» Assignment: Report all lines in the records that hold the string "extrude".

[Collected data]
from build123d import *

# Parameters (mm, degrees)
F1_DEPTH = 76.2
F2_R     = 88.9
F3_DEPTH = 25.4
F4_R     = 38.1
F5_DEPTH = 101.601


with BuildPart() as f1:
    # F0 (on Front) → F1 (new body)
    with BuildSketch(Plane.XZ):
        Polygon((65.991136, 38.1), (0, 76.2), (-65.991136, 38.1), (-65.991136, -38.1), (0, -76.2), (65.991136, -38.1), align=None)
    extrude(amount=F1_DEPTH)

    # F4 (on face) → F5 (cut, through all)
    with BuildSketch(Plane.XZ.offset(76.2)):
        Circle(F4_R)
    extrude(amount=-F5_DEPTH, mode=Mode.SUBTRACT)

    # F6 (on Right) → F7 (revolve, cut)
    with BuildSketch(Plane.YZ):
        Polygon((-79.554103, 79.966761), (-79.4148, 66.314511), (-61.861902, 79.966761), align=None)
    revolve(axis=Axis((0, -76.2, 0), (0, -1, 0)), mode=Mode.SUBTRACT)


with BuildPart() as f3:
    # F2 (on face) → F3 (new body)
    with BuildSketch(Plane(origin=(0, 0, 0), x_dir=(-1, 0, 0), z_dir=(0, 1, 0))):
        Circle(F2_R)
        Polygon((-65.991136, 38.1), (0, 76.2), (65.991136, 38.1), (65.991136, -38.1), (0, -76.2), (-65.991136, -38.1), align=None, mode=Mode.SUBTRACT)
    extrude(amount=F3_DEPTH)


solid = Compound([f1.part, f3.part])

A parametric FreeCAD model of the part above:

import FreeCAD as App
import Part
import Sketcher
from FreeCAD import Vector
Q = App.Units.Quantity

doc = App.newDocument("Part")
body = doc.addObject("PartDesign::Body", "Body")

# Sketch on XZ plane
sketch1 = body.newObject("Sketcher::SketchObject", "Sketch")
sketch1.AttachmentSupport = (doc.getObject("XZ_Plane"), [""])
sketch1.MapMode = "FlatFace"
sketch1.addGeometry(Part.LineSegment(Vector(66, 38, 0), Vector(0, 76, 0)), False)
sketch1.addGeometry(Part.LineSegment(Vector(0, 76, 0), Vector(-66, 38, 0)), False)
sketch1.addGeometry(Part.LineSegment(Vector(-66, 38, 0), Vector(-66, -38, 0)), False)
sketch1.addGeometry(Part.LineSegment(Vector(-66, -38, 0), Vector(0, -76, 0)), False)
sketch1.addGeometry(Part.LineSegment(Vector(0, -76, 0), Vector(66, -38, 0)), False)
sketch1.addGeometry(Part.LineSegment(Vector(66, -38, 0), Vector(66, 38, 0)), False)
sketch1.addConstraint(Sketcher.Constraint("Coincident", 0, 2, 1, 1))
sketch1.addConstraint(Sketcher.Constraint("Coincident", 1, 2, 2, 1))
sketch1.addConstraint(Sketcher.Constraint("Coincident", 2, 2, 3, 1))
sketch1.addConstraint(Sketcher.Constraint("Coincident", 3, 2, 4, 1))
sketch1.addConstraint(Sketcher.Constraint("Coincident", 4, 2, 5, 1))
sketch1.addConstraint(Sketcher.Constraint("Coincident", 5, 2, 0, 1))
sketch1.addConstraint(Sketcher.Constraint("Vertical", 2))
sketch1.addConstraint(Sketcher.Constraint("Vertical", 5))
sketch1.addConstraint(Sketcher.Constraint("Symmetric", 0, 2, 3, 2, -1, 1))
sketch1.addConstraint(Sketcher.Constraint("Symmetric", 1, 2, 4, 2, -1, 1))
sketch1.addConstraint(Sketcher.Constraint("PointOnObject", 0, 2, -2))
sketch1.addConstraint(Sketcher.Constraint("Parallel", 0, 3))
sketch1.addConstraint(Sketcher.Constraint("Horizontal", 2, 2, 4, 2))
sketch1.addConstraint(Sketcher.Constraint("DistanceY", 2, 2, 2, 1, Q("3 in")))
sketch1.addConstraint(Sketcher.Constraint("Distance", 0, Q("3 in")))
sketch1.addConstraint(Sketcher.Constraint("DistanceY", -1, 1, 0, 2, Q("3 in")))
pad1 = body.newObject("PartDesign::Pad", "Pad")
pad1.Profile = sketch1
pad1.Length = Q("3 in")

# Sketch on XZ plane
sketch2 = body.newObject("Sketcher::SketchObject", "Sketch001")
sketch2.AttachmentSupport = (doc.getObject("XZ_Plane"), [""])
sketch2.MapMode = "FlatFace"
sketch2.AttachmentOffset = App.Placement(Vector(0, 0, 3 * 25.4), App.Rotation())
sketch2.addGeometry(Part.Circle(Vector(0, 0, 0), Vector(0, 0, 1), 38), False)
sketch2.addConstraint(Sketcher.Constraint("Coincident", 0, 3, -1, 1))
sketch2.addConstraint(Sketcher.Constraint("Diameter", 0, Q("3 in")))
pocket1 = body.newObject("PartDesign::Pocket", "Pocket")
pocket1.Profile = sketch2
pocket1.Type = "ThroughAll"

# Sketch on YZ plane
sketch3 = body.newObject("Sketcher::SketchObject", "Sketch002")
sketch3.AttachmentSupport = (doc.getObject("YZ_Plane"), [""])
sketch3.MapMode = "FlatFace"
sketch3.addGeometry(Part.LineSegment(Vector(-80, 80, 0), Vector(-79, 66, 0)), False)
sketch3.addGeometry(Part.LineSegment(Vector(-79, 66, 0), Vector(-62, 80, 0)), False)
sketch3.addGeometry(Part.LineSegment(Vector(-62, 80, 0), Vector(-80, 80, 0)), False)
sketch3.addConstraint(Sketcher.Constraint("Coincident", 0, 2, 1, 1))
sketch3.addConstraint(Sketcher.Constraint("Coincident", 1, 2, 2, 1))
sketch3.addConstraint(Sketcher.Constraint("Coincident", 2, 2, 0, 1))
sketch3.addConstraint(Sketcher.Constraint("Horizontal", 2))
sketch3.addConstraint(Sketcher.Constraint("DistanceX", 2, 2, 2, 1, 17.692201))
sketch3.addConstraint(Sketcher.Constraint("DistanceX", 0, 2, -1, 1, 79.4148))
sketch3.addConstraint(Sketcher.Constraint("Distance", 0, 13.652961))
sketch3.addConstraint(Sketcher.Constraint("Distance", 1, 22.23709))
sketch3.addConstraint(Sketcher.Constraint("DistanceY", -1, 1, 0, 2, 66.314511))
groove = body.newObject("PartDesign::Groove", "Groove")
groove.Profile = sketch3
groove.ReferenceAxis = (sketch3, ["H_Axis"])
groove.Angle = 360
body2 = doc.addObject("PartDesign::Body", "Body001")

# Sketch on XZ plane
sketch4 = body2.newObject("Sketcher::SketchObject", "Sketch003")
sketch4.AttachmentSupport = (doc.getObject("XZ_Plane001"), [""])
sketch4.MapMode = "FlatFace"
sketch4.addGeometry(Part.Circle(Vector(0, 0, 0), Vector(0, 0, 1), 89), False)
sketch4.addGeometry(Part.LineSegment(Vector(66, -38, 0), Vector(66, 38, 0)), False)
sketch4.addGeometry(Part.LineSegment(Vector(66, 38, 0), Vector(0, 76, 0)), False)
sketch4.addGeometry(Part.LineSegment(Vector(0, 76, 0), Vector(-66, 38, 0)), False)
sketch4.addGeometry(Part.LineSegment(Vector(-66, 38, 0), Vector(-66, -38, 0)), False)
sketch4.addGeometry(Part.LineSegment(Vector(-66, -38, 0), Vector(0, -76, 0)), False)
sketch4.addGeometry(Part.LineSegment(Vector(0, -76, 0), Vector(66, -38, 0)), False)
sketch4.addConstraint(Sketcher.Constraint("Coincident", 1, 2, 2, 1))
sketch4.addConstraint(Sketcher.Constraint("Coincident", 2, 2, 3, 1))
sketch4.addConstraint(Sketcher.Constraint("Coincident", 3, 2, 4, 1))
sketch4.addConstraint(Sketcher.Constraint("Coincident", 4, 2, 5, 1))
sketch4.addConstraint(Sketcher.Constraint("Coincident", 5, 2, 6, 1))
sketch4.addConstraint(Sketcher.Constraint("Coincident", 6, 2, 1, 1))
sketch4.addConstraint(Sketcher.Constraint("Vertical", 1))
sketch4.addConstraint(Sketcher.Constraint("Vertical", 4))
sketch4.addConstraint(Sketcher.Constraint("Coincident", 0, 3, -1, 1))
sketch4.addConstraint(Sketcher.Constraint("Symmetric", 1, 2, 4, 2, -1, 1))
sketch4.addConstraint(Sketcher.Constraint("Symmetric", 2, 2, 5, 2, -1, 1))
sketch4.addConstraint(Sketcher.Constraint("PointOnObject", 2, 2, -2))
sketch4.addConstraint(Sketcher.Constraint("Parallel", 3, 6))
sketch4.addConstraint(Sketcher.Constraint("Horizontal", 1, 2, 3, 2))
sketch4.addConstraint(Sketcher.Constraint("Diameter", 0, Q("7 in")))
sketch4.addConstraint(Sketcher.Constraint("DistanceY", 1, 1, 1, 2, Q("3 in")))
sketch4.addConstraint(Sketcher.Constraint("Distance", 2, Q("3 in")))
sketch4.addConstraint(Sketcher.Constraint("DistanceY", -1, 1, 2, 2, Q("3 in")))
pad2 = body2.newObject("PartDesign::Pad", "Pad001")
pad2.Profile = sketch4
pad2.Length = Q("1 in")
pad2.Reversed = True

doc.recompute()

==

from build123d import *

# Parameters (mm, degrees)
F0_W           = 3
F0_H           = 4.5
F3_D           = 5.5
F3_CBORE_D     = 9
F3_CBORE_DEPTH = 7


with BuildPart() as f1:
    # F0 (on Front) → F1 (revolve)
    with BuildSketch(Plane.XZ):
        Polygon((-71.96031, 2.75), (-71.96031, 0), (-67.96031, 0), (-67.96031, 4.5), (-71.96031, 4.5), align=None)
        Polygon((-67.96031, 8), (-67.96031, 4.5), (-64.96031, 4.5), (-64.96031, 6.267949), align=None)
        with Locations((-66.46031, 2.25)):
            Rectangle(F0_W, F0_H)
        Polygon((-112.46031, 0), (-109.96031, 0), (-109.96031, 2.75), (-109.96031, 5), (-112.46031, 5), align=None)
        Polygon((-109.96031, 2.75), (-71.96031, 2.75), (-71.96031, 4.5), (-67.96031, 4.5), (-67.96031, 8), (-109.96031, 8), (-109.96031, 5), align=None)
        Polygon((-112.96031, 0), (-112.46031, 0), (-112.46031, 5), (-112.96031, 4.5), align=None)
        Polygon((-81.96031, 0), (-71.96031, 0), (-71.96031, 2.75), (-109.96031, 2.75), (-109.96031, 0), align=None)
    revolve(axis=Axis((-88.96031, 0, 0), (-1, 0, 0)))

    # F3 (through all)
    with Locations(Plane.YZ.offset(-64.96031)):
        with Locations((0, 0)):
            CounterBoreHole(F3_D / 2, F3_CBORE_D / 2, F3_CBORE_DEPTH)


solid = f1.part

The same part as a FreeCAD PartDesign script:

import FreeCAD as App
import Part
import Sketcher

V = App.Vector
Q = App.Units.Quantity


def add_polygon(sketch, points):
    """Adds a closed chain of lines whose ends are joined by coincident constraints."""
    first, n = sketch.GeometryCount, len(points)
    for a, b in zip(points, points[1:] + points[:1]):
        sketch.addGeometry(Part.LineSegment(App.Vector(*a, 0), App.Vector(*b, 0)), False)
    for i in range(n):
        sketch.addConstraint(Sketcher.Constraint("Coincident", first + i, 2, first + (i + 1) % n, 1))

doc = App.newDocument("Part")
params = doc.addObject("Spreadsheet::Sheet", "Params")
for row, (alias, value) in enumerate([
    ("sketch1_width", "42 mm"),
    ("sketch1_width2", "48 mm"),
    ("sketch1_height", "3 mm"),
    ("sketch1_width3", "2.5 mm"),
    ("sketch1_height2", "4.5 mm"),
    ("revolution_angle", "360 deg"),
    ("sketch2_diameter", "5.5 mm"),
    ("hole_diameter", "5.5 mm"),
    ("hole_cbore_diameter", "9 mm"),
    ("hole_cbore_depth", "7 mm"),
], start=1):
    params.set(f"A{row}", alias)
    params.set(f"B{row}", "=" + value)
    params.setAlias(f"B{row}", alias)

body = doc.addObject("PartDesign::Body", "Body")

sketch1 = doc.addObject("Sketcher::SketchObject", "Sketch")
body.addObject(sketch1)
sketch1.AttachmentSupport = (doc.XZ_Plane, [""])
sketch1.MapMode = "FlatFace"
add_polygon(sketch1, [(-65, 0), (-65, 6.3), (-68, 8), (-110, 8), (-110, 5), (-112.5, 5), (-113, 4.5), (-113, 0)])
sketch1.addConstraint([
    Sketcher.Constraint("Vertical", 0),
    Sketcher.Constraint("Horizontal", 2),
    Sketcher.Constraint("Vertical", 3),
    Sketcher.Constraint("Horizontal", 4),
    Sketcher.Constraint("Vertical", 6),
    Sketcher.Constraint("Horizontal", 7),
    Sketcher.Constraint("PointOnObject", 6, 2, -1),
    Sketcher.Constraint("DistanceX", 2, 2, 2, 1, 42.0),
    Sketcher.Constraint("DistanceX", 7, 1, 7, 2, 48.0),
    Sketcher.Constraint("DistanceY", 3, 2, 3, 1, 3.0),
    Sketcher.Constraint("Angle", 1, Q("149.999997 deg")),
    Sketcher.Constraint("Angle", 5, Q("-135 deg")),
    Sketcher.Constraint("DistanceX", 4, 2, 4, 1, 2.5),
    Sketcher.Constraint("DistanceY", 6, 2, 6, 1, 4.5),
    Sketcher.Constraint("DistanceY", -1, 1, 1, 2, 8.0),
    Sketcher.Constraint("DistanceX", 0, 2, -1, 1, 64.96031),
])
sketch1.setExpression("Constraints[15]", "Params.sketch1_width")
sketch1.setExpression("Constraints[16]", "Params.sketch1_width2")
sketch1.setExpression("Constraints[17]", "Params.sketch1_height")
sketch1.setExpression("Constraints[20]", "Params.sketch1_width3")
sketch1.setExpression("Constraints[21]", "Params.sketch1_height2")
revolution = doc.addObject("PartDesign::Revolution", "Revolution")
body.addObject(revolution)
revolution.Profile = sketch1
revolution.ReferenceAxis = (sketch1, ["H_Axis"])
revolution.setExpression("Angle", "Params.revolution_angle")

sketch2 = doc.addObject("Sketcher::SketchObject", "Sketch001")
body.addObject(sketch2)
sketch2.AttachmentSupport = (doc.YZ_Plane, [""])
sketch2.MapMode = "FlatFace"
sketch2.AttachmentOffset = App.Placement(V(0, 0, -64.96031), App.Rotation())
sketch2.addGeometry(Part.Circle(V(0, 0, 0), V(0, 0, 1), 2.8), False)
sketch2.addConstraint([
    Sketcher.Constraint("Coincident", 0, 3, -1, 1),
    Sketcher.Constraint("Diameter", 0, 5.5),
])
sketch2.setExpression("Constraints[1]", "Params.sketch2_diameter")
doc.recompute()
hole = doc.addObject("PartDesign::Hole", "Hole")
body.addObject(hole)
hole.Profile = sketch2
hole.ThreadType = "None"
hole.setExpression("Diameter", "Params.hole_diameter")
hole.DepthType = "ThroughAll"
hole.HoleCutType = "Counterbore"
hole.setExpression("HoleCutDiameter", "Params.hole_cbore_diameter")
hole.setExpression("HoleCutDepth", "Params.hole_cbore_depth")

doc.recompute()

» Answer to the exercise:
    extrude(amount=F1_DEPTH)
    extrude(amount=-F5_DEPTH, mode=Mode.SUBTRACT)
    extrude(amount=F3_DEPTH)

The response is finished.